WHAT YOU NEED TO DO:
With both ends included, repeat exactly the lines of the entries below from the one containing "f 256 199 194" down to the one containing "f 348 346 344", and no others.

RECORDS FOR THIS EXERCISE:
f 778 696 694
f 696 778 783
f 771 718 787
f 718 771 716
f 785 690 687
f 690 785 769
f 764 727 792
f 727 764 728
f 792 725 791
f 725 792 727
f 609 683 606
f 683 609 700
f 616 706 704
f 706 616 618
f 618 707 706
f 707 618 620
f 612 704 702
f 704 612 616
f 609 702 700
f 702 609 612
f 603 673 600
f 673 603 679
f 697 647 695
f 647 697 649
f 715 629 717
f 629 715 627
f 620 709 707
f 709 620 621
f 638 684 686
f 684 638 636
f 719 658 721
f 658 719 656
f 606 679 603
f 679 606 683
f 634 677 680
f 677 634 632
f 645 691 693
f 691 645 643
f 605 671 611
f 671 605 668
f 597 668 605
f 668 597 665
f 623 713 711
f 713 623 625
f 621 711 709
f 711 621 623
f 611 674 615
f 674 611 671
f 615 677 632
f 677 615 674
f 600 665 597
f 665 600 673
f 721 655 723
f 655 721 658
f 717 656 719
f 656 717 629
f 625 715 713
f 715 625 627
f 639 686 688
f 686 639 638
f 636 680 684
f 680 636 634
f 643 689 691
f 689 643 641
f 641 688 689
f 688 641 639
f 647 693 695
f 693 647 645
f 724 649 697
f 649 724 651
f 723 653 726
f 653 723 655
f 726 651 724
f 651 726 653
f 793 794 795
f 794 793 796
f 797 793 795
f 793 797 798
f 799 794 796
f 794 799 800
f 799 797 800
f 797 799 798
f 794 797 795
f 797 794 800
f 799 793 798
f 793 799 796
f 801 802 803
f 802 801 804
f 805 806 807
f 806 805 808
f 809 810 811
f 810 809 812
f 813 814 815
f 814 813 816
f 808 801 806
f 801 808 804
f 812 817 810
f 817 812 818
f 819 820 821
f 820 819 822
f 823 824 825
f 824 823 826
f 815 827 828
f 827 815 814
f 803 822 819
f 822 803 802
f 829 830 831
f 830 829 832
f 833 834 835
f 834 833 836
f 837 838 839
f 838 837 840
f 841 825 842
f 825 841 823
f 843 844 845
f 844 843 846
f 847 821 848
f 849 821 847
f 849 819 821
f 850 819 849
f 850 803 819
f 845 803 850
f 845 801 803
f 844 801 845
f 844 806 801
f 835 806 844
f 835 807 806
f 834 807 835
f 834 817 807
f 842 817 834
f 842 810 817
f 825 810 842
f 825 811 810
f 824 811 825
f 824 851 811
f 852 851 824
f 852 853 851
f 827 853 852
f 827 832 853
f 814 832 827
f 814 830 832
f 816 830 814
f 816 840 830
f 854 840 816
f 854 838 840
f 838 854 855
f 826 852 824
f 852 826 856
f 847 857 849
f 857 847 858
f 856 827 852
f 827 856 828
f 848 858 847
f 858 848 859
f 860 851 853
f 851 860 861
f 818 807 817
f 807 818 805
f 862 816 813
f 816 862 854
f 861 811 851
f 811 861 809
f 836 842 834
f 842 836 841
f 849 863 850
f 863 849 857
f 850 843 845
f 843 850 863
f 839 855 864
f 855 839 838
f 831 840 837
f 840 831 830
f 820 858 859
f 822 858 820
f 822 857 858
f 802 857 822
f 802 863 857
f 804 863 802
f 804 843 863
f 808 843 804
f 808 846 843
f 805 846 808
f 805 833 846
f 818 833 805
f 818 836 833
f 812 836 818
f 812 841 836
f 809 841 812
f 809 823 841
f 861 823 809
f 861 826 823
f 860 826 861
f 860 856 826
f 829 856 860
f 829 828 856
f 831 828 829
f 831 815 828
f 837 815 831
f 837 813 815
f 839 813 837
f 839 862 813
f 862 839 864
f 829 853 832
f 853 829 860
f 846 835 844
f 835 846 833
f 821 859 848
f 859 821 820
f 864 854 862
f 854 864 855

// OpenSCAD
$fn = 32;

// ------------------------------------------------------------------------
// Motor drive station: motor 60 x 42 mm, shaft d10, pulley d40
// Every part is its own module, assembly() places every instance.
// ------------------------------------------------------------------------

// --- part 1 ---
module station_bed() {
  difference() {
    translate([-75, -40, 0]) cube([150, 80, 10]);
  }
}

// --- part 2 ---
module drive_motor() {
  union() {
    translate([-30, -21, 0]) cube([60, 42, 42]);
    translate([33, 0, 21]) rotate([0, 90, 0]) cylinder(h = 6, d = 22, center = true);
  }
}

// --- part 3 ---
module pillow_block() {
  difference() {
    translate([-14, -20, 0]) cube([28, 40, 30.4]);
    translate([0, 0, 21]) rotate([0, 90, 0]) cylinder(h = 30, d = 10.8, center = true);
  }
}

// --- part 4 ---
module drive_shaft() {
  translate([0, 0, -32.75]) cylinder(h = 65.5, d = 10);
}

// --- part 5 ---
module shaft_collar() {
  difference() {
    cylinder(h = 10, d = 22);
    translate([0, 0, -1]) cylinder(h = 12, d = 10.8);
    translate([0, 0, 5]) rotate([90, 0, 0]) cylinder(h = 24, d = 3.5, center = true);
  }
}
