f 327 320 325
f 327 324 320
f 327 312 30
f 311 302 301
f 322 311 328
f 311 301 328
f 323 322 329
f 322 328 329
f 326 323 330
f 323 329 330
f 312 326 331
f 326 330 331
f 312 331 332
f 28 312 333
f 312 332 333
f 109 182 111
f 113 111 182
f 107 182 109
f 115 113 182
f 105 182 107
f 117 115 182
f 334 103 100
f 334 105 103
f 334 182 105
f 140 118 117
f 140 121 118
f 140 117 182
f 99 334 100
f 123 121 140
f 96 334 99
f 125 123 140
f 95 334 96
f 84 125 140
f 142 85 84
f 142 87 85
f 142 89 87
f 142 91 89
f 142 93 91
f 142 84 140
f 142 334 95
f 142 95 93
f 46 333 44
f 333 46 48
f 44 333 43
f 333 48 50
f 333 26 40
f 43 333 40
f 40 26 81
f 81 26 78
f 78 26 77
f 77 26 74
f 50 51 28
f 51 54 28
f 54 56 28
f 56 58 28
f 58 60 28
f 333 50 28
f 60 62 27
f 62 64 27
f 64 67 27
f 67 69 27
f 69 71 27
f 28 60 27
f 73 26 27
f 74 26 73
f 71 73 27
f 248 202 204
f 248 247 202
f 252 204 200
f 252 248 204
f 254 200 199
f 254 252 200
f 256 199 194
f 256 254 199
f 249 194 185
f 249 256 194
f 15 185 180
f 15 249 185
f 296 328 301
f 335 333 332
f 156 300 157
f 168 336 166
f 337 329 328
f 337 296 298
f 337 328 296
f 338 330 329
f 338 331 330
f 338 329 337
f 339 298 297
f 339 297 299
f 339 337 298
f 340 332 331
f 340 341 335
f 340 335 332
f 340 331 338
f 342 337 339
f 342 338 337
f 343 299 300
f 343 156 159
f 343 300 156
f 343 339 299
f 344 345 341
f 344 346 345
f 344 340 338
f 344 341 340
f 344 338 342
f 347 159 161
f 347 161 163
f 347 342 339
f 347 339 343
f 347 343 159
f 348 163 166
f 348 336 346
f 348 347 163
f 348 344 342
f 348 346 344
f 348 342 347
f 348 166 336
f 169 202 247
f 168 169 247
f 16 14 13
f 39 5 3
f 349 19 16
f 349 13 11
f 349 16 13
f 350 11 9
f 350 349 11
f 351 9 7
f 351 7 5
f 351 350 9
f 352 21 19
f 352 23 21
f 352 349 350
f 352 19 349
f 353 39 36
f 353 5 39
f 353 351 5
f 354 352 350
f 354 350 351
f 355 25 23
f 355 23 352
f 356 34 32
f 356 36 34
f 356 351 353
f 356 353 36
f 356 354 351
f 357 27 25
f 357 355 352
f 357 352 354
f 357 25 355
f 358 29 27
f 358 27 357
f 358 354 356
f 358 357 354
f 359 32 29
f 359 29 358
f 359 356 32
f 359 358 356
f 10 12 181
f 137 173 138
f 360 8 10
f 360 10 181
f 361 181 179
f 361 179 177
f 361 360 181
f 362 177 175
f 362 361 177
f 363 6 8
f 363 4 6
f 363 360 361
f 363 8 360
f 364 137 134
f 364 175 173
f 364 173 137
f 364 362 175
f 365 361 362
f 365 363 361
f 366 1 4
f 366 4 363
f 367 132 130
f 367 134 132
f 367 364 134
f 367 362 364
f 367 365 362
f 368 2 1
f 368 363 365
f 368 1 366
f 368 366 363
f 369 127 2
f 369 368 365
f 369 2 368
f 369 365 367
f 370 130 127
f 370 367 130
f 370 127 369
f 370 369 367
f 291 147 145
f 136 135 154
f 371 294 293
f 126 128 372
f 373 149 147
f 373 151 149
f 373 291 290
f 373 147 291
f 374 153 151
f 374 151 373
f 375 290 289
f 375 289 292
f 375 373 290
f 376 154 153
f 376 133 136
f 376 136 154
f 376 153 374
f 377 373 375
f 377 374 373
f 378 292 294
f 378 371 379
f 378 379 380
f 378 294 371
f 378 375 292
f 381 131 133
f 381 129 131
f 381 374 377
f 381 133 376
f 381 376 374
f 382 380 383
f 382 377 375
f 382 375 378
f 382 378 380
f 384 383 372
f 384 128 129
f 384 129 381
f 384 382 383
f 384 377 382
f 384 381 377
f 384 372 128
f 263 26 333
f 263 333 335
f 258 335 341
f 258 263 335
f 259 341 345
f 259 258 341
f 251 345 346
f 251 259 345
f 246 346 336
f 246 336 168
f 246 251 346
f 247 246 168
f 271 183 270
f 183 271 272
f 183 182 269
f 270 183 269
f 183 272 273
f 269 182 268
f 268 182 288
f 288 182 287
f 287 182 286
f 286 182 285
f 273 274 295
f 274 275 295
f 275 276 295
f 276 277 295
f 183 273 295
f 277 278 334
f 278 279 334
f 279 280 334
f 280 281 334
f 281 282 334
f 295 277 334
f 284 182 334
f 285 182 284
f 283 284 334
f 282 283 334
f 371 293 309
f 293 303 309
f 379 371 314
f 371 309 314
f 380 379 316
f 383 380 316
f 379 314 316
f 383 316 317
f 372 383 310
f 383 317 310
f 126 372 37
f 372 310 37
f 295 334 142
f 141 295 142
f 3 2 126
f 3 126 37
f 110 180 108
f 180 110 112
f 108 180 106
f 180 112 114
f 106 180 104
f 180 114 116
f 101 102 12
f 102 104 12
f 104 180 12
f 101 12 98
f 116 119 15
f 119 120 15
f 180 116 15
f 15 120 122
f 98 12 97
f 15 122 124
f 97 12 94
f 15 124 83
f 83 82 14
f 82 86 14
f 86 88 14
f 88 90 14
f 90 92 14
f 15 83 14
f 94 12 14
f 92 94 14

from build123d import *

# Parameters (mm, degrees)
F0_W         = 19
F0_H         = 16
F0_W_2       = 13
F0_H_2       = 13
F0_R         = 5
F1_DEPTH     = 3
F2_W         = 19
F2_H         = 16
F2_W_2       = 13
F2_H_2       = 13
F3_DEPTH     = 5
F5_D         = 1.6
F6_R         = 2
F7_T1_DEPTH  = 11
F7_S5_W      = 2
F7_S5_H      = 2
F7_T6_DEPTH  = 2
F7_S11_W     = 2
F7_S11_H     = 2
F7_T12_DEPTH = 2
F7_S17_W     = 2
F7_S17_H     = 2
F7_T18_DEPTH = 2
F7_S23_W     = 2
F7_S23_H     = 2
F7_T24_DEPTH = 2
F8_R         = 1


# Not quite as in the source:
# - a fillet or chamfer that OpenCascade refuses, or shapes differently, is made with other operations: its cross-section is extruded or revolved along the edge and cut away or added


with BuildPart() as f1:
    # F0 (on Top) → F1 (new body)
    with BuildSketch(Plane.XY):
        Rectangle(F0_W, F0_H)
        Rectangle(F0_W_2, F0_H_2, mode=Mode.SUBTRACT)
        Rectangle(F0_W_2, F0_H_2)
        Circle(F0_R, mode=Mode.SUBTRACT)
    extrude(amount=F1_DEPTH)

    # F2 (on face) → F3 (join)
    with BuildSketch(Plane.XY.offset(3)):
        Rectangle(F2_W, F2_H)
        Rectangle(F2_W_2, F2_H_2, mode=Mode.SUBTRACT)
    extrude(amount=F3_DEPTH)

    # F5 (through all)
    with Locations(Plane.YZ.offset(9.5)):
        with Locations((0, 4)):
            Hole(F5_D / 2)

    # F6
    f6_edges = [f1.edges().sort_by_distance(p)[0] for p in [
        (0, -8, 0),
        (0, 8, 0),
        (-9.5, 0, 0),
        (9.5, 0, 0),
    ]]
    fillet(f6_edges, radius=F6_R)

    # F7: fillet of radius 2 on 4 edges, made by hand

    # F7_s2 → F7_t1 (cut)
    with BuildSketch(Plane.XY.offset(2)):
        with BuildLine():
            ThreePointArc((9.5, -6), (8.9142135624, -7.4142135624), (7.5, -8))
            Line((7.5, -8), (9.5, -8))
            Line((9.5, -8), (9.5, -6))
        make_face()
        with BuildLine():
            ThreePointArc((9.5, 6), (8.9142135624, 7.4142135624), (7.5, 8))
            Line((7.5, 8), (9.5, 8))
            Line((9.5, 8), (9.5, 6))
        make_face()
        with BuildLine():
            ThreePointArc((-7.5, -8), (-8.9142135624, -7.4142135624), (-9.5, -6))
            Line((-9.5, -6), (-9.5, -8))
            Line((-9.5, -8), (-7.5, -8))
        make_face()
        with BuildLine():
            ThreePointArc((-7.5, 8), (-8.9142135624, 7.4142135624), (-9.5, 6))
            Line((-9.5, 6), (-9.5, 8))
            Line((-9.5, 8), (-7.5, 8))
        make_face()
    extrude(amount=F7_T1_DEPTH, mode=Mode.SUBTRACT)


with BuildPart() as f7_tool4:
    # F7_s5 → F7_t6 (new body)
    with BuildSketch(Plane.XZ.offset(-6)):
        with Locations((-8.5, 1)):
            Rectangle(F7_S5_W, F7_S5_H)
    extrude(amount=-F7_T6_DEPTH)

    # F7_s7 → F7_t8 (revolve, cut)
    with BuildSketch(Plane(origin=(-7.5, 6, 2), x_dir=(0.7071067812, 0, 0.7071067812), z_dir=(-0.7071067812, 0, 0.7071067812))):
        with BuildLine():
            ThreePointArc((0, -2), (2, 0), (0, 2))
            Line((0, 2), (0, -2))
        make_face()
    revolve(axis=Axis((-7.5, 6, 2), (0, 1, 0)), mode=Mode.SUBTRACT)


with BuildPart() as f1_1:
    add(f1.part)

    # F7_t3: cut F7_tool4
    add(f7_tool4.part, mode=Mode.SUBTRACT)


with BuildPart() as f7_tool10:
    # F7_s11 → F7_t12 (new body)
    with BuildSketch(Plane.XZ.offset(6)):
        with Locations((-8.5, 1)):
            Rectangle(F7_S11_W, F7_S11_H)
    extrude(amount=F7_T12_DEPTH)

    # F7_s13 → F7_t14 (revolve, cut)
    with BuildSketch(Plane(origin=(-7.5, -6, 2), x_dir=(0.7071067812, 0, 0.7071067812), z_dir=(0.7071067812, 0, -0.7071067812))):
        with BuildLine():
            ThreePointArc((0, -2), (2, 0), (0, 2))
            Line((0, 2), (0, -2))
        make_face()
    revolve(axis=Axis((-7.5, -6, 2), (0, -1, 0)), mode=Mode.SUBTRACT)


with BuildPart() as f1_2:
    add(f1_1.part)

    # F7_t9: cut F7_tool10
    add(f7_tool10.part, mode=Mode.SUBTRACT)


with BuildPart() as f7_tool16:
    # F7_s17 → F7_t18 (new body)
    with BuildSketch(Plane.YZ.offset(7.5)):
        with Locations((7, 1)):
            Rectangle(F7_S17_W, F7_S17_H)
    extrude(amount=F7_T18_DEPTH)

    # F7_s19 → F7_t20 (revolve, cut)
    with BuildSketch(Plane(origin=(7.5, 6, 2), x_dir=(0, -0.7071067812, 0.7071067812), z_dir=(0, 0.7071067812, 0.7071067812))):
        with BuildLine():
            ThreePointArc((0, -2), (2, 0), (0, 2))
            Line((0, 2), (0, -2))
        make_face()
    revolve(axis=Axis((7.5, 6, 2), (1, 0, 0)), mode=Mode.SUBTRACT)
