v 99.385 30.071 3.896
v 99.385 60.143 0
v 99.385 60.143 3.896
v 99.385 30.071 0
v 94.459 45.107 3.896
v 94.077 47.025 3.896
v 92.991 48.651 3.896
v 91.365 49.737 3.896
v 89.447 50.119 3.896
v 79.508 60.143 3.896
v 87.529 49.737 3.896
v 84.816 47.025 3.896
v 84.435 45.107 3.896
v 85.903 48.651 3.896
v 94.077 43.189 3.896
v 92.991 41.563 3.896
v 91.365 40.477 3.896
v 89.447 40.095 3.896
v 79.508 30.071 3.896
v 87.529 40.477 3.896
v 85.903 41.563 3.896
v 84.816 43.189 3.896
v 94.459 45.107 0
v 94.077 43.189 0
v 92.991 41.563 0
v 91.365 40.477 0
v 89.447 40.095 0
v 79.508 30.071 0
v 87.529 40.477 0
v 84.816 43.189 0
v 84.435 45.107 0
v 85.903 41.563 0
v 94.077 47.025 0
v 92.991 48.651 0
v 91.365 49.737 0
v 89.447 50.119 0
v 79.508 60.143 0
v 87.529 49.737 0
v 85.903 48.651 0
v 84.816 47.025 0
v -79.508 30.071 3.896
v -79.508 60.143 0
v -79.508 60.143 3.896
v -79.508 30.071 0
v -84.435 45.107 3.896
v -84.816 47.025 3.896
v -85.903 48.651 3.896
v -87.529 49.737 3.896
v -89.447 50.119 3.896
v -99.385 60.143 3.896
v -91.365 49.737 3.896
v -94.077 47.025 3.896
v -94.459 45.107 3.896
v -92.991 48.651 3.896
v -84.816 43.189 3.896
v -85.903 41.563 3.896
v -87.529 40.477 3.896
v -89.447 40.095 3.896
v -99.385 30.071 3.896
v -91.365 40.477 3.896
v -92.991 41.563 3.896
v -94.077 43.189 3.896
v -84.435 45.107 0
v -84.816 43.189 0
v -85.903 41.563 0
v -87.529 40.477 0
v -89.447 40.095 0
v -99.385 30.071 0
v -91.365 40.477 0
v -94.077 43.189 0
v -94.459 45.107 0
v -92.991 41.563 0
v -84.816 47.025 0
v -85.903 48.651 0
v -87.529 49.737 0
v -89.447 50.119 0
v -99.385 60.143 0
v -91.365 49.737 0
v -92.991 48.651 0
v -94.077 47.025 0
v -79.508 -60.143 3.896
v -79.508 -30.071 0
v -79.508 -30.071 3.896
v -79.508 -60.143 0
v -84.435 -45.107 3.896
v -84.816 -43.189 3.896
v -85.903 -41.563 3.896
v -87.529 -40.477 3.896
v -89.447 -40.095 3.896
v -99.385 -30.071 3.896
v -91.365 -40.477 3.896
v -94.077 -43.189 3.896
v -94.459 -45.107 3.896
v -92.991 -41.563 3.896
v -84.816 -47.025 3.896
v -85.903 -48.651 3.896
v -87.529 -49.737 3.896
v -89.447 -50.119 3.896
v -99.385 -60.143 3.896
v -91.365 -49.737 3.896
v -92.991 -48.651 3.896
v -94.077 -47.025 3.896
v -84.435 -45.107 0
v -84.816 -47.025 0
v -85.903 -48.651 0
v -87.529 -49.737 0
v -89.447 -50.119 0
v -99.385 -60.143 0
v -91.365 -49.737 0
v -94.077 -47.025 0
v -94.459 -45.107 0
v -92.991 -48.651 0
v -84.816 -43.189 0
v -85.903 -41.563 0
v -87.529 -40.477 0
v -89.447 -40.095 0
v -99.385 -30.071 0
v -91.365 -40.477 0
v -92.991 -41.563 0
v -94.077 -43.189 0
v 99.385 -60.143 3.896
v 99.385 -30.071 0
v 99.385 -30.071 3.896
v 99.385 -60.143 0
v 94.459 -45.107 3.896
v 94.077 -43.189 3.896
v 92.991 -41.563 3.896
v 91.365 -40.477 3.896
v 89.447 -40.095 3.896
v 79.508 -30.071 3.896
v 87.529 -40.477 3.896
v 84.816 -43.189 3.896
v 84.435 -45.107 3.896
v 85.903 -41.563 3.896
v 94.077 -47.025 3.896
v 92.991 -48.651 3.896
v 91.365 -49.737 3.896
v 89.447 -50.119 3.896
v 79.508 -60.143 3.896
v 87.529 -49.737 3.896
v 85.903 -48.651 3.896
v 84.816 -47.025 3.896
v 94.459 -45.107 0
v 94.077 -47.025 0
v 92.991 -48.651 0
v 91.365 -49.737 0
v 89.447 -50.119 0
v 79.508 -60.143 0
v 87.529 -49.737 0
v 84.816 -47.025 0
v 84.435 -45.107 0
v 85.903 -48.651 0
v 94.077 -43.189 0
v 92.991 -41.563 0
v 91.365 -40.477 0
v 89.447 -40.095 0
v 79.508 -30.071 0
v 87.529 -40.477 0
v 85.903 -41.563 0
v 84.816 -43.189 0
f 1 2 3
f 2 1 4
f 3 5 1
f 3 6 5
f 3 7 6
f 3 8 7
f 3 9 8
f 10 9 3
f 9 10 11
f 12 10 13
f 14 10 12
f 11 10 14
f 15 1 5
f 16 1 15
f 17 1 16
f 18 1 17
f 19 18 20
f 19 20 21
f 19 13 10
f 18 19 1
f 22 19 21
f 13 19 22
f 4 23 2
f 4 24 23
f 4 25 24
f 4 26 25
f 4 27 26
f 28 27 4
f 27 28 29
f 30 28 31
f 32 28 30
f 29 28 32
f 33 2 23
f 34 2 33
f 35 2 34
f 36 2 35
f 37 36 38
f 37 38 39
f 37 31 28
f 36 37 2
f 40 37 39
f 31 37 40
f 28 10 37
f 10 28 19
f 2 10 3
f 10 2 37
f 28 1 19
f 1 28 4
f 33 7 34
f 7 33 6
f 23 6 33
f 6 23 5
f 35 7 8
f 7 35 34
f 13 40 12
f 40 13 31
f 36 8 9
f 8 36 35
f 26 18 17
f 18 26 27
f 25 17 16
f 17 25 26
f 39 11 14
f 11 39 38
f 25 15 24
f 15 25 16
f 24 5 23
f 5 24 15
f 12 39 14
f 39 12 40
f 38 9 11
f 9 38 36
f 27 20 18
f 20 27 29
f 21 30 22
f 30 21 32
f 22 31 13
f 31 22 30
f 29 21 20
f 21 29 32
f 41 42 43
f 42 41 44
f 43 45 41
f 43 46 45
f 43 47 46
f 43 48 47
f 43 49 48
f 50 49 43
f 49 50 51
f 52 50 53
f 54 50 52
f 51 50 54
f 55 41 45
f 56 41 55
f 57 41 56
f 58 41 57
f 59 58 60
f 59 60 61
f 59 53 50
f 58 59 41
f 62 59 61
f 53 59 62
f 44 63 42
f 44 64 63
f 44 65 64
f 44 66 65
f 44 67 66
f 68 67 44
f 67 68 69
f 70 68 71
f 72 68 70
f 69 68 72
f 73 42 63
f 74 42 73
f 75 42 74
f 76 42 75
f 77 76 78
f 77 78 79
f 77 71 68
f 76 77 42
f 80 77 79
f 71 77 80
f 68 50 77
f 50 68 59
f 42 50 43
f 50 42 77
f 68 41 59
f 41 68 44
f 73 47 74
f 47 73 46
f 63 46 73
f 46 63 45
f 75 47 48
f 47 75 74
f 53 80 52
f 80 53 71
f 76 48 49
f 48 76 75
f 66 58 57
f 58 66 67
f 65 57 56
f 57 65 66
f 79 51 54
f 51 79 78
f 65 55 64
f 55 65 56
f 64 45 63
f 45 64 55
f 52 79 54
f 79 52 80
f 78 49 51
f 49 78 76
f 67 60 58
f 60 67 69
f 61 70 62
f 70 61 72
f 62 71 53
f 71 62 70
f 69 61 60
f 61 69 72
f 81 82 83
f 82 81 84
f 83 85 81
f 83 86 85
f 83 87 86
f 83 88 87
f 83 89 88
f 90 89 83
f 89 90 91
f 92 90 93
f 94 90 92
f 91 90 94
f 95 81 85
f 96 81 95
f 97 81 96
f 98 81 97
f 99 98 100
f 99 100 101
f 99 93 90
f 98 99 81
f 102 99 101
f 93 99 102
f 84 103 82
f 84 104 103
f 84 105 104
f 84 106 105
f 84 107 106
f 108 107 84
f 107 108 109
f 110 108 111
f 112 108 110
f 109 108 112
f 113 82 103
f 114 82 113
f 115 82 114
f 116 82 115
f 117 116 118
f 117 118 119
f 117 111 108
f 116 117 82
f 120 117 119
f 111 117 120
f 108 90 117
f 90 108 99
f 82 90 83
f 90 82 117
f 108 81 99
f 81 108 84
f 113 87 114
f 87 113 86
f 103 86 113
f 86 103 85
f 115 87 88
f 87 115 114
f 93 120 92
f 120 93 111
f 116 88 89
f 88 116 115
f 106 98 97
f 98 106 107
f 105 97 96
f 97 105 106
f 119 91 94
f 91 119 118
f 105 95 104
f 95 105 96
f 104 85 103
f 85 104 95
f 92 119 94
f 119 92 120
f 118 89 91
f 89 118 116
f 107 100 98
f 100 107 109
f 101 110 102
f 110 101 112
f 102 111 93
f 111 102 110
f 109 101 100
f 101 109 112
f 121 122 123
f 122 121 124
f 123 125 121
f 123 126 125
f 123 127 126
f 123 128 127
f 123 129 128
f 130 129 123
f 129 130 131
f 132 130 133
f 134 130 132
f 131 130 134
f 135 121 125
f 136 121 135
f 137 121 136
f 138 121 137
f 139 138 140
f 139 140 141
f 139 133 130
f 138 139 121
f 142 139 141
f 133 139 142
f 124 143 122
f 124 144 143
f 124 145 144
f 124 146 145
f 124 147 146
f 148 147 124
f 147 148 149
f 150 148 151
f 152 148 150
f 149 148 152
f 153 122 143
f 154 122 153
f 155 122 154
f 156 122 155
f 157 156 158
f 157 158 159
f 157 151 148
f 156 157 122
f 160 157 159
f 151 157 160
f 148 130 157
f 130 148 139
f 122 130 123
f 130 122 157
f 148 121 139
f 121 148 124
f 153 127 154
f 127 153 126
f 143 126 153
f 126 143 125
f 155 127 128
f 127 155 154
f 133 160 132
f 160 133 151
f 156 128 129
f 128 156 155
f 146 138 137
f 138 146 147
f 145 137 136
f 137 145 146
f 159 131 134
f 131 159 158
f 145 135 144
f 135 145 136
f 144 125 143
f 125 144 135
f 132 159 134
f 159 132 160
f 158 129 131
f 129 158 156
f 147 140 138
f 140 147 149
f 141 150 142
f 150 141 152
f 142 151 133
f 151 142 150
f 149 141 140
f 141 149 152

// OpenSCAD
// file: 3dprinter.scad
//===============================================//
//===============================================//
//     BioDeploy SCAD file = 3dprinter.scad      //
//                 Start File                    //
//===============================================//
//===============================================//
//choose the max specs for your 3d printer
//here we use a replicator2x specs
x_print_max = 24.6*10;
y_print_max = 15.2*10;
z_print_max = 15.5*10;
//don't forget *10 to put unit in centimeters
//-----------------------------------------------//
//===============================================//
//===============================================//
//     BioDeploy SCAD file = 3dprinter.scad      //
//                   End  File                   //
//===============================================//
//===============================================//
// main file
//===============================================//
//===============================================//
//BioDeploy SCAD file = hydrolyseur_top_core_base_support.scad//
//                 Start File                    //
//===============================================//
//===============================================//
//-----------------------------------------------//
//===============================================//
//             3d printer parameters             //
//===============================================//
include <3dprinter.scad>
//===============================================//
//                 variables                     //
//===============================================//
include <hydrolyseur_variables.scad>
//===============================================//
//               Calls for use                   //
//===============================================//


//===============================================//
//                    Trees                      //
//===============================================//

module coin(){
difference() {
cube([x_h2o_top_int_fix,y_h2o_top_int_fix,z_h2o_top_int_fix], center = true);
cylinder(z_h2o_top_int_fix+z_h2o_top_int_fix/10,y_h2o_top_int_fix/6,y_h2o_top_int_fix/6, center = true);}}


module bitcoin() {
union() {
translate([x_sphere_int/2-x_h2o_top_int_fix/2,y_sphere_int/2-y_h2o_top_int_fix/2,z_h2o_top_int_fix/2])coin();
translate([-x_sphere_int/2+x_h2o_top_int_fix/2,y_sphere_int/2-y_h2o_top_int_fix/2,z_h2o_top_int_fix/2])coin();
translate([-x_sphere_int/2+x_h2o_top_int_fix/2,-y_sphere_int/2+y_h2o_top_int_fix/2,z_h2o_top_int_fix/2])coin();
translate([x_sphere_int/2-x_h2o_top_int_fix/2,-y_sphere_int/2+y_h2o_top_int_fix/2,z_h2o_top_int_fix/2])coin();}}

bitcoin();
//-----------------------------------------------//
//===============================================//
//===============================================//
//BioDeploy SCAD file = hydrolyseur_top_core_base_support.scad//
//                   End  File                   //
//===============================================//
//===============================================//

ANSWER TO THE EXERCISE:
f 256 199 194
f 256 254 199
f 249 194 185
f 249 256 194
f 15 185 180
f 15 249 185
f 296 328 301
f 335 333 332
f 156 300 157
f 168 336 166
f 337 329 328
f 337 296 298
f 337 328 296
f 338 330 329
f 338 331 330
f 338 329 337
f 339 298 297
f 339 297 299
f 339 337 298
f 340 332 331
f 340 341 335
f 340 335 332
f 340 331 338
f 342 337 339
f 342 338 337
f 343 299 300
f 343 156 159
f 343 300 156
f 343 339 299
f 344 345 341
f 344 346 345
f 344 340 338
f 344 341 340
f 344 338 342
f 347 159 161
f 347 161 163
f 347 342 339
f 347 339 343
f 347 343 159
f 348 163 166
f 348 336 346
f 348 347 163
f 348 344 342
f 348 346 344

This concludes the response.